Thermochemistry app for iPhone and iPad


4.2 ( 6432 ratings )
Utilities Education
Developer: Roman Volinsky
3.99 USD
Current version: 4.0, last update: 3 months ago
First release : 24 Mar 2016
App size: 768 Kb

Thermochemistry helps in evaluation of enthalpy or heat release/absorption of a system undergoing numerous temperature changes and phase transitions. The calculations take advantage of known values of heat capacity at constant pressure (Cp) and molar or per gram enthalpy of phase transition. Amount of compound can be defined in grams or moles, in a way that Cp and enthalpy units would match.
App provides enthalpy values for each step. Negative enthalpy points to exothermic process – heat release, while positive one to endothermic - heat absorption. °C and K are interchangeable.
Calorimetry section provides means for evaluation of the heat capacity of calorimeter and for finding equilibrium temperature of mixed system. Forward arrow button sets the final temperature of the mixture. Backward arrow button sets missing temperature or heat capacity of one of the components. Enthalpy values show heat flow for each component.

Example of problems solved by application (screenshots):

Problem 1: Calculate the amount of energy required to change 100.0 g of ice at -15.0 °C to steam at 125.0 °C. Known values:

Heat of melting = 334.16 J g¯1
Heat of vaporization = 2259 J g¯1
specific heat capacity for solid water (ice) = 2.06 J g¯1 K¯1
specific heat capacity for liquid water = 4.184 J g¯1 K¯1
specific heat capacity for gaseous water (steam) = 2.02 J g¯1K¯1

Solution:

1) Heating of 100.0 g of ice from -15.0°C to 0.0°C:
(100.0 g) (15.0 K) (2.06 J g¯1 K¯1) = 3090 J
2) Melting of 100.0 g of ice:
(100.0 g) (334.16 J g¯1) = 33416 J
3) Heating of 100.0 g of liquid water from zero to 100.0 Celsius:
(100.0 g) (100.0 K) (4.184 J g¯1 K¯1) = 41840 J
4) Evaporations of 100.0 g of liquid:
(100.0 g) (2259 J g¯1) = 225900 J
5) Heating of 100.0 g of steam from 100.0 to 125.0 Celsius:
(100.0 g) (25.0 K) (2.02 J g¯1 K¯1) = 5050 J

6) Summation of the results:
3090 + 33416 + 41840 + 225900 + 5050 = 309.3 kJ

Problem 2: Determine the heat capacity of a coffee-cup calorimeter. During calibration 100.0 g of water at 58.5 °C has been added to 100.0 g of water, already in the calorimeter, at 22.8 °C. Calculate the heat capacity of the calorimeter in J/°C, if final temperature of the water is 39.7 °C. (Specific heat of water is 4.184 J/g °C.)

Solution:

1) Heat given up by warm water:
q = (100.0 g) (18.8 °C) (4.184 J/g °C) = 7865.92 J

2) Heat absorbed by water in the calorimeter:
q = (100.0 g) (16.9 °C) (4.184 J/g °C) = 7070.96 J

3) The difference was absorbed by the calorimeter:
7865.92 - 7070.96 = 794.96 J

4) Calorimeter constant:
794.96 J / 16.9 °C = 47.0 J/°C

Problem 3: Determine the final temperature when 10.0 g of aluminum at 130.0 °C mixes with 200.0 grams of water at 25.0 °C.

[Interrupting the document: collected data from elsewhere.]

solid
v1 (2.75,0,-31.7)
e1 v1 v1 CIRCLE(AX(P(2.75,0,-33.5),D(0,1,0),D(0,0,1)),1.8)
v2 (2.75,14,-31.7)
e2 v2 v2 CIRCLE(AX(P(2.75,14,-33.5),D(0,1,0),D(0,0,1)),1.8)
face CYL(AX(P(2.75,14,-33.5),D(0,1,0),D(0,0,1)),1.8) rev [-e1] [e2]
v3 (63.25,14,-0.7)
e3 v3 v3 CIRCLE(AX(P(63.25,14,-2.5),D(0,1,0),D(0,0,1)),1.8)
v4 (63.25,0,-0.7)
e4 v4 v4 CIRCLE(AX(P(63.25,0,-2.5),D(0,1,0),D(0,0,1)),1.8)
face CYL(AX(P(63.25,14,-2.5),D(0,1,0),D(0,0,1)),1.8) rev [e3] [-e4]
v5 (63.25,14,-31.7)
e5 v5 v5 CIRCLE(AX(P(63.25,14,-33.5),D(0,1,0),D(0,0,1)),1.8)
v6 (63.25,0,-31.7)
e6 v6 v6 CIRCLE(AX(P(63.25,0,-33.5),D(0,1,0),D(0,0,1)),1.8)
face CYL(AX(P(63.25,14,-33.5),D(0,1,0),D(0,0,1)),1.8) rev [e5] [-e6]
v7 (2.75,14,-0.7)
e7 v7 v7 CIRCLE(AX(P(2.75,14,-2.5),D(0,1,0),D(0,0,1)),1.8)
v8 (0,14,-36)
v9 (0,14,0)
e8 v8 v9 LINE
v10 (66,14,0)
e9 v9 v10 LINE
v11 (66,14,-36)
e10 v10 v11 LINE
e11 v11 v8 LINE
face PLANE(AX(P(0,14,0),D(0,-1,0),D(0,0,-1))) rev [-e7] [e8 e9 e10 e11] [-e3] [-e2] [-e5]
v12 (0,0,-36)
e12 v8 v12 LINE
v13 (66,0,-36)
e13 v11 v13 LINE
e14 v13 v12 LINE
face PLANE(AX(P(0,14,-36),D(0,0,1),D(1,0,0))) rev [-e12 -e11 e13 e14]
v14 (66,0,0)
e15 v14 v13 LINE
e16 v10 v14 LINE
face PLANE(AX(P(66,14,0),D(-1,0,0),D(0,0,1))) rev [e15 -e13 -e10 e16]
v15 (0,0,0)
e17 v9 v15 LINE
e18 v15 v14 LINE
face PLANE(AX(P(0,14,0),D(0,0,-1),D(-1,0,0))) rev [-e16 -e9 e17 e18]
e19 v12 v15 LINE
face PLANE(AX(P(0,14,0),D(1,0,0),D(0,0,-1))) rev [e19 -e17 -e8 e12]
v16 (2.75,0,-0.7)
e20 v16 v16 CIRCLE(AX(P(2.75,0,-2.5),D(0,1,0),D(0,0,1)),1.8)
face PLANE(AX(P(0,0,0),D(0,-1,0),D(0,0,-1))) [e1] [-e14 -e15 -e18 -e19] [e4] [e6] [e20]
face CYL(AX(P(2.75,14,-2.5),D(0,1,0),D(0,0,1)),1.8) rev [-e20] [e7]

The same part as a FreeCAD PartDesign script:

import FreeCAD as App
import Part
import Sketcher

V = App.Vector

doc = App.newDocument("Part")
body = doc.addObject("PartDesign::Body", "Body")

sketch1 = body.newObject("Sketcher::SketchObject", "Sketch")
sketch1.AttachmentSupport = (doc.getObject("XZ_Plane"), [""])
sketch1.MapMode = "FlatFace"
sketch1.addGeometry(Part.LineSegment(V(0, -36, 0), V(0, 0, 0)), False)
sketch1.addGeometry(Part.LineSegment(V(0, 0, 0), V(66, 0, 0)), False)
sketch1.addGeometry(Part.LineSegment(V(66, 0, 0), V(66, -36, 0)), False)
sketch1.addGeometry(Part.LineSegment(V(66, -36, 0), V(0, -36, 0)), False)
sketch1.addConstraint(Sketcher.Constraint("Coincident", 0, 2, 1, 1))
sketch1.addConstraint(Sketcher.Constraint("Coincident", 1, 2, 2, 1))
sketch1.addConstraint(Sketcher.Constraint("Coincident", 2, 2, 3, 1))
sketch1.addConstraint(Sketcher.Constraint("Coincident", 3, 2, 0, 1))
sketch1.addConstraint(Sketcher.Constraint("Vertical", 0))
sketch1.addConstraint(Sketcher.Constraint("Horizontal", 1))
sketch1.addConstraint(Sketcher.Constraint("Vertical", 2))
sketch1.addConstraint(Sketcher.Constraint("Horizontal", 3))
sketch1.addConstraint(Sketcher.Constraint("Coincident", 0, 2, -1, 1))
sketch1.addConstraint(Sketcher.Constraint("DistanceX", 1, 1, 1, 2, 66.0))
sketch1.addConstraint(Sketcher.Constraint("DistanceY", 0, 1, 0, 2, 36.0))
pad1 = body.newObject("PartDesign::Pad", "Pad")
pad1.Profile = sketch1
pad1.Length = 14
pad1.Reversed = True

sketch2 = body.newObject("Sketcher::SketchObject", "Sketch001")
sketch2.AttachmentSupport = (doc.getObject("XZ_Plane"), [""])
sketch2.MapMode = "FlatFace"
sketch2.AttachmentOffset = App.Placement(V(0, 0, -14), App.Rotation())
sketch2.addGeometry(Part.Circle(V(63.2, -33.5, 0), V(0, 0, 1), 1.8), False)
sketch2.addGeometry(Part.Circle(V(63.2, -2.5, 0), V(0, 0, 1), 1.8), False)
sketch2.addGeometry(Part.Circle(V(2.8, -33.5, 0), V(0, 0, 1), 1.8), False)
sketch2.addGeometry(Part.Circle(V(2.8, -2.5, 0), V(0, 0, 1), 1.8), False)
sketch2.addConstraint(Sketcher.Constraint("Equal", 0, 1))
sketch2.addConstraint(Sketcher.Constraint("Equal", 1, 2))
sketch2.addConstraint(Sketcher.Constraint("Equal", 2, 3))
sketch2.addConstraint(Sketcher.Constraint("Horizontal", 0, 3, 2, 3))
sketch2.addConstraint(Sketcher.Constraint("Horizontal", 1, 3, 3, 3))
sketch2.addConstraint(Sketcher.Constraint("Vertical", 0, 3, 1, 3))
sketch2.addConstraint(Sketcher.Constraint("Vertical", 2, 3, 3, 3))
sketch2.addConstraint(Sketcher.Constraint("Diameter", 0, 3.6))
sketch2.addConstraint(Sketcher.Constraint("DistanceY", 0, 3, 1, 3, 31.0))
sketch2.addConstraint(Sketcher.Constraint("DistanceY", 0, 3, -1, 1, 33.5))
sketch2.addConstraint(Sketcher.Constraint("DistanceX", 2, 3, 0, 3, 60.5))
sketch2.addConstraint(Sketcher.Constraint("DistanceX", -1, 1, 0, 3, 63.25))
doc.recompute()
hole = body.newObject("PartDesign::Hole", "Hole")
hole.Profile = sketch2
hole.ThreadType = "None"
hole.Diameter = 3.6
hole.DepthType = "ThroughAll"
hole.Reversed = True

doc.recompute()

Please note the starting temperature of the metal is above the boiling point of water. In reality, the sample may vaporize a tiny amount of water, but we will assume it does not for the purposes of the calculation.

Solution:

1) The colder water will warm up and the warmer metal will cool down. The whole mixture will equilibrate up at the same temperature. The energy which "flowed" out of the warmer metal equals the energy which "flowed" into the colder water:

Qaluminum = Qwater
(10) (130 - x) (0.901) = (200.0 )(x - 25) (4.18)

117.13 - 0.901x = 83.6x - 2090

x = 26.12 °C.

Important! Water didn’t cross temperature of phase transition – vaporization; otherwise calculation would be more complex.

Calculation of reaction standard Gibbs free energy:
For the general reaction aA + bB -> cC + dD
ΔG°rxn = cΔGf°(C) + dΔGf°(D) - aΔGf°(A) - bΔGf°(B)

Example: Calculate the Gibbs free energy for the following reaction at 25 °C.
Cu (s) + H2O (g) -> CuO (s) + H2 (g)
ΔG°rxn = ΔGf°(CuO (s)) – ΔGf°(H2O (g)) = (–129.7 kJ/mol) – (–228.6 kJ/mol)
= 98.9 kJ/mol
ΔGf° = 0; for elements in their standard state by definition.
At equilibrium, ΔG = 0!


Important points

Application uses dot as a decimal separator.

Special attention should be paid for units’ consistency.